AP/YahooNews: Study: False statements preceded war
A study by two nonprofit journalism organizations found that President Bush and top administration officials issued hundreds of false statements about the national security threat from Iraq in the two years following the 2001 terrorist attacks. The study concluded that the statements “were part of an orchestrated campaign that effectively galvanized public opinion and, in the process, led the nation to war under decidedly false pretenses.”
[...]
The study counted 935 false statements in the two-year period. It found that in speeches, briefings, interviews and other venues, Bush and administration officials stated unequivocally on at least 532 occasions that Iraq had weapons of mass destruction or was trying to produce or obtain them or had links to al-Qaida or both.

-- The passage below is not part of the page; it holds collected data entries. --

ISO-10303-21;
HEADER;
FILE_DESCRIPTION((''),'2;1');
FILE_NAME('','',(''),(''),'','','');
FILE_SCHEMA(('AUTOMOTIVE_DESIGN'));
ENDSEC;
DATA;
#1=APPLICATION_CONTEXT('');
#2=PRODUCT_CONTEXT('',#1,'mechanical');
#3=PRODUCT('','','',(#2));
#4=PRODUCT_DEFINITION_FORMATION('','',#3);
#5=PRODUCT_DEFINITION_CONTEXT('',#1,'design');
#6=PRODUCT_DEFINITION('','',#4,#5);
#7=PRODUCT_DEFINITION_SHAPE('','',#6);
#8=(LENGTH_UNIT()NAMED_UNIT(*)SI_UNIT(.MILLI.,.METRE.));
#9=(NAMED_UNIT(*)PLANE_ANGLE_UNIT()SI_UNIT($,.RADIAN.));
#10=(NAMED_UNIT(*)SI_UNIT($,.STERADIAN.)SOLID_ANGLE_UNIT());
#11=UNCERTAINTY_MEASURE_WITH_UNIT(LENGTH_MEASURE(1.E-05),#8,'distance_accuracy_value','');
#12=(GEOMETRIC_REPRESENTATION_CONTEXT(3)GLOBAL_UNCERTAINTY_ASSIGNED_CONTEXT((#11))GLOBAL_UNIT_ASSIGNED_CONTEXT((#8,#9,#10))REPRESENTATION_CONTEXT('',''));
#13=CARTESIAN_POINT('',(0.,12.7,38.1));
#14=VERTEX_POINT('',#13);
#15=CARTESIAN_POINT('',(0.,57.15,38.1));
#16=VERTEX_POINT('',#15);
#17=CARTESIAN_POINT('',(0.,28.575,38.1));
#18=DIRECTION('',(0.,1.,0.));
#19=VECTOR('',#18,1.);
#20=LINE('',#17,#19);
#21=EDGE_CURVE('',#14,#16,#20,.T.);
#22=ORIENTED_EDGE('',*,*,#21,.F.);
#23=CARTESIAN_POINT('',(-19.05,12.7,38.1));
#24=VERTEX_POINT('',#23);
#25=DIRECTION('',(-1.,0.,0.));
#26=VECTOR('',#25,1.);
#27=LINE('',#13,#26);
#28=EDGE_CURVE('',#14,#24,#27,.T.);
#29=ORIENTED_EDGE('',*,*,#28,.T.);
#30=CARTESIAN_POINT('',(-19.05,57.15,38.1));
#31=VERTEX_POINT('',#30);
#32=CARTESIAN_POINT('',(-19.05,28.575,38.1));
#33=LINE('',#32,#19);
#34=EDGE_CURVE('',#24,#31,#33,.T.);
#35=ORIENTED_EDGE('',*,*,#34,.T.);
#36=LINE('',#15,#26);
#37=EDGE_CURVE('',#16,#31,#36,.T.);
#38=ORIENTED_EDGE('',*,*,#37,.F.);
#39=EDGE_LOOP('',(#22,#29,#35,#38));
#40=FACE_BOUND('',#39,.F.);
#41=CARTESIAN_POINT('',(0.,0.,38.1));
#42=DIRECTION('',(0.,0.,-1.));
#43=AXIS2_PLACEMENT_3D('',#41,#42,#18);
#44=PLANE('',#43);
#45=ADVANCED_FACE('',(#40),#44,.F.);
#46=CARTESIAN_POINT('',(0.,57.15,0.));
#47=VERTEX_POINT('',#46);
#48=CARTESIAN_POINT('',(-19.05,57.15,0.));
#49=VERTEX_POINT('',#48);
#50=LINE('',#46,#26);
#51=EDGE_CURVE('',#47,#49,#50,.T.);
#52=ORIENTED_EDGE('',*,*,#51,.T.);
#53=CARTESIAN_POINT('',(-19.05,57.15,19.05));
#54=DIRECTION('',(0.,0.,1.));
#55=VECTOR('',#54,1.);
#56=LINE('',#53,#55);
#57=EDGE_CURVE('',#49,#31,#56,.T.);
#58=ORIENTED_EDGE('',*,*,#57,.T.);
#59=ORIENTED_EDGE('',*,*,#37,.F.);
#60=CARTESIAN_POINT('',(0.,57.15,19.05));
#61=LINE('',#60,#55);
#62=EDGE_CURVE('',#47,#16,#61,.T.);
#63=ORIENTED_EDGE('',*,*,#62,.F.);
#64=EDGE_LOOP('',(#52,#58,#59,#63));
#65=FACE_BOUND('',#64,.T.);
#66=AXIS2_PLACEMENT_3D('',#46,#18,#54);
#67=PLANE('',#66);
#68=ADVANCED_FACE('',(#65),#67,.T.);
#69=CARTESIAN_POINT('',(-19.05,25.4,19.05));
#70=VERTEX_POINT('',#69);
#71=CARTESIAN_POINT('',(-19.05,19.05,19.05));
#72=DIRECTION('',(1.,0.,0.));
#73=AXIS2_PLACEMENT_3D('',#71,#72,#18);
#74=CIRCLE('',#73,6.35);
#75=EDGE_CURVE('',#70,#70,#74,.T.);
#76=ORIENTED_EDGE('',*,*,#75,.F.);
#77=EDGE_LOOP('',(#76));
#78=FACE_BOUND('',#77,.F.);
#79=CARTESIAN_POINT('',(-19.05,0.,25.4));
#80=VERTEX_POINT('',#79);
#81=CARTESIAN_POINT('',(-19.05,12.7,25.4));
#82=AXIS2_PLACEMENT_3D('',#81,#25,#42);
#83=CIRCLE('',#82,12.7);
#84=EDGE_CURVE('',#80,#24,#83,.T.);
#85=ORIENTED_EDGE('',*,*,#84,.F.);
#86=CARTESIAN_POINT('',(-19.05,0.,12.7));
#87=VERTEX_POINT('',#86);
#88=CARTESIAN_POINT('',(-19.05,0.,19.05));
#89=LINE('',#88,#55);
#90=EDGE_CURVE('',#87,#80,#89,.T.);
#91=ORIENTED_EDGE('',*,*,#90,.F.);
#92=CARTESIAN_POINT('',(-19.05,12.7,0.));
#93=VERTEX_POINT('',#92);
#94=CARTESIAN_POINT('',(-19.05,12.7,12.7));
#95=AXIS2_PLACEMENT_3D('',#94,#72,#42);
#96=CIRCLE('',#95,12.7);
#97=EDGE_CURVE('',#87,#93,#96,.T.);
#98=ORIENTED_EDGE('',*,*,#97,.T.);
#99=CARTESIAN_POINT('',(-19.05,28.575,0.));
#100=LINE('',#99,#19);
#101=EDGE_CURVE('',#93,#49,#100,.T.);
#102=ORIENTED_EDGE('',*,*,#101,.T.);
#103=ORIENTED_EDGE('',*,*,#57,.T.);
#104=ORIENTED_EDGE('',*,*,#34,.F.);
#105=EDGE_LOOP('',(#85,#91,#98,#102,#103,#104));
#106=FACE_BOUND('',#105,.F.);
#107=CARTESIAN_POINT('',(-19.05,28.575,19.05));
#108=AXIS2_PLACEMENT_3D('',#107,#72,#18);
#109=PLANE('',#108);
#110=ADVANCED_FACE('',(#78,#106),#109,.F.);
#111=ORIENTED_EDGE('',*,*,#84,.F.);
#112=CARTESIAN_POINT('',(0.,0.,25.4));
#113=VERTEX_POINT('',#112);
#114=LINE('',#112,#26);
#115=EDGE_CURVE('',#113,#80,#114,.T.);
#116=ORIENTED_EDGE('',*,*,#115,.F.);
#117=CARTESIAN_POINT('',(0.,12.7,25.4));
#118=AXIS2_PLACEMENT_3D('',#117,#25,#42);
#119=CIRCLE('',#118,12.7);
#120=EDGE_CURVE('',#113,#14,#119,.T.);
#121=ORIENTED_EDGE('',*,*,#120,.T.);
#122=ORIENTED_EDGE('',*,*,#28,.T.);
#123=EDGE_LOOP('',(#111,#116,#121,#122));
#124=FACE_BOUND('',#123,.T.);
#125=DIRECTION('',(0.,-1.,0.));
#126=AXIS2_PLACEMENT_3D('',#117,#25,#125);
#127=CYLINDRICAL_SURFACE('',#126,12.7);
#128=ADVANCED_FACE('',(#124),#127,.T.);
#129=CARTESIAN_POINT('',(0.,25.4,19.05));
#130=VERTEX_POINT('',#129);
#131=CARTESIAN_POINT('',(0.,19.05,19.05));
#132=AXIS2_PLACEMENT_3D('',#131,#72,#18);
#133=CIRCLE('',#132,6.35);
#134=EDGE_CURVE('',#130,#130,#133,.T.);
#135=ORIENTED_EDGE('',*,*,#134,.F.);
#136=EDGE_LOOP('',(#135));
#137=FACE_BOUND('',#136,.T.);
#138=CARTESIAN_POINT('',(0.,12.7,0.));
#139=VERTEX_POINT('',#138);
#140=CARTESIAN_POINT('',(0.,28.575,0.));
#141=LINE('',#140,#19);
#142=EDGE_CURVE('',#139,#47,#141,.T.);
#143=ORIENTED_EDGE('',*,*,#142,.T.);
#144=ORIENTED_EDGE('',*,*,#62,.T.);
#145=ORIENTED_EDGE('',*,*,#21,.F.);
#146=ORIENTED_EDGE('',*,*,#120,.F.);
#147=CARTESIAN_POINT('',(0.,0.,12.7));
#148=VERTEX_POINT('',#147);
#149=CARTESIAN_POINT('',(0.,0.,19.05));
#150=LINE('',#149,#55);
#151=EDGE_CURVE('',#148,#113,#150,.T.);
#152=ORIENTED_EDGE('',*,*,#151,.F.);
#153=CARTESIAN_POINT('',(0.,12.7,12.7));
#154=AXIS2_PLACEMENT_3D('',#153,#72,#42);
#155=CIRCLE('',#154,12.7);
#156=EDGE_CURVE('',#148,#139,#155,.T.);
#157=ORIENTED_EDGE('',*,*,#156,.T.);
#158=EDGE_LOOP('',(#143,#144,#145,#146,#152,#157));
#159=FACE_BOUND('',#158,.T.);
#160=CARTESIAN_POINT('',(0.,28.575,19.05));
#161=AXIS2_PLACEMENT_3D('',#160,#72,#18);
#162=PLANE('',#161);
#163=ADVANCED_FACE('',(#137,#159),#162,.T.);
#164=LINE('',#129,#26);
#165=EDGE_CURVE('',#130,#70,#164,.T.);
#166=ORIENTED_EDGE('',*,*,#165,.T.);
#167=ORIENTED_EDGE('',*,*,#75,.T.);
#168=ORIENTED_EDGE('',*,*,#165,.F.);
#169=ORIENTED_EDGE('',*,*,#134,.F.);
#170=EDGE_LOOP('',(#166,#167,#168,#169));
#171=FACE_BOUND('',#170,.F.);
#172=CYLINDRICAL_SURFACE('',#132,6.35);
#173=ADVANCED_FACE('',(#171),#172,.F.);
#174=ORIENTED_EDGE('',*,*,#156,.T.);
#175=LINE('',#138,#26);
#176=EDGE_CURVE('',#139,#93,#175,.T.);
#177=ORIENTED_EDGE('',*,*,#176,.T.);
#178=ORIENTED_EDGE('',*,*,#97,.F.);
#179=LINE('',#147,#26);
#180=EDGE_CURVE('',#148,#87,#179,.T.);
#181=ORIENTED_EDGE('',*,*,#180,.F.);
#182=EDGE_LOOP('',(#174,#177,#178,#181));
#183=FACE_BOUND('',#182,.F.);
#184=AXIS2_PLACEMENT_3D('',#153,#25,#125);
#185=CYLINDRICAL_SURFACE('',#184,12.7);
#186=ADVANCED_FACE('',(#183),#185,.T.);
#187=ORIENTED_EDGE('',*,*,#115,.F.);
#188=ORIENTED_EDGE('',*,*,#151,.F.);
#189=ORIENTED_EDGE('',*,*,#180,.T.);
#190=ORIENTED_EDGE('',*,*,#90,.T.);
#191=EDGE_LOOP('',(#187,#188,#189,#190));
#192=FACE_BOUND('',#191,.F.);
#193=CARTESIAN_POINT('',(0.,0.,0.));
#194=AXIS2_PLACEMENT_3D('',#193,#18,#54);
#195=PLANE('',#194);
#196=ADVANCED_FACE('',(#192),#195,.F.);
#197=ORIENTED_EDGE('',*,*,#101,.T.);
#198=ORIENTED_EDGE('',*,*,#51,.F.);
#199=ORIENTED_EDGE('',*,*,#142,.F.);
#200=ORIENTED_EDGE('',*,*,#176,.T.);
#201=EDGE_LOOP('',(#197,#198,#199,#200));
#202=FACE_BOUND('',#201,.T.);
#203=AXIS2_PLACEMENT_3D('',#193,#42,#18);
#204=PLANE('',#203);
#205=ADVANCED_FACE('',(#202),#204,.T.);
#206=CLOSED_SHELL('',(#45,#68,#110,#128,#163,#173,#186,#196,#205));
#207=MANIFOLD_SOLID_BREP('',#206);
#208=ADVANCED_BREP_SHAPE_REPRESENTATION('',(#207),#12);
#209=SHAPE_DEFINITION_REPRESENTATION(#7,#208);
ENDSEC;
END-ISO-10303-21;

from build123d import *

# Parameters (mm, degrees)
F0_W     = 57.15
F0_H     = 38.1
F0_R     = 6.35
F1_DEPTH = 19.05
F2_R     = 12.7


with BuildPart() as f1:
    # F0 (on Right) → F1 (new body)
    with BuildSketch(Plane.YZ):
        with Locations((28.575, 19.05)):
            Rectangle(F0_W, F0_H)
        with Locations((19.05, 19.05)):
            Circle(F0_R, mode=Mode.SUBTRACT)
    extrude(amount=-F1_DEPTH)

    # F2
    f2_edges = [f1.edges().sort_by_distance(p)[0] for p in [
        (-9.525, 0, 0),
        (-9.525, 0, 38.1),
    ]]
    fillet(f2_edges, radius=F2_R)


solid = f1.part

“It is now beyond dispute that Iraq did not possess any weapons of mass destruction or have meaningful ties to al-Qaida,” according to Charles Lewis and Mark Reading-Smith of the Fund for Independence in Journalism staff members, writing an overview of the study. “In short, the Bush administration led the nation to war on the basis of erroneous information that it methodically propagated and that culminated in military action against Iraq on March 19, 2003.”
US President George W Bush was informed 10 days after the September 11, 2001 attacks that US intelligence had no proof of links between Iraq and this act of terror, The National Journal reported today.
Citing government documents as well as past and present Bush administration officials, the magazine said the president was briefed on September 21, 2001 that evidence of cooperation between Iraq and the al-Qaeda terrorist network was insufficient.
Bush was also informed that there was some credible information about contacts between Saddam Hussein and al-Qaeda that showed that the Iraqi dictator had tried to establish surveillance over the group, according to the report.
Saddam Hussein believed the radical Islamic network represented a threat for his secular regime.
Little additional evidence has emerged over the past four years that could contradict the CIA conclusion about a lack of a collaborative relationship between al-Qaeda and Iraq, the Journal quotes a high-level government official as saying.
The magazine believes the evidence raises yet more questions about the administration's use of intelligence in the run up to the war in Iraq.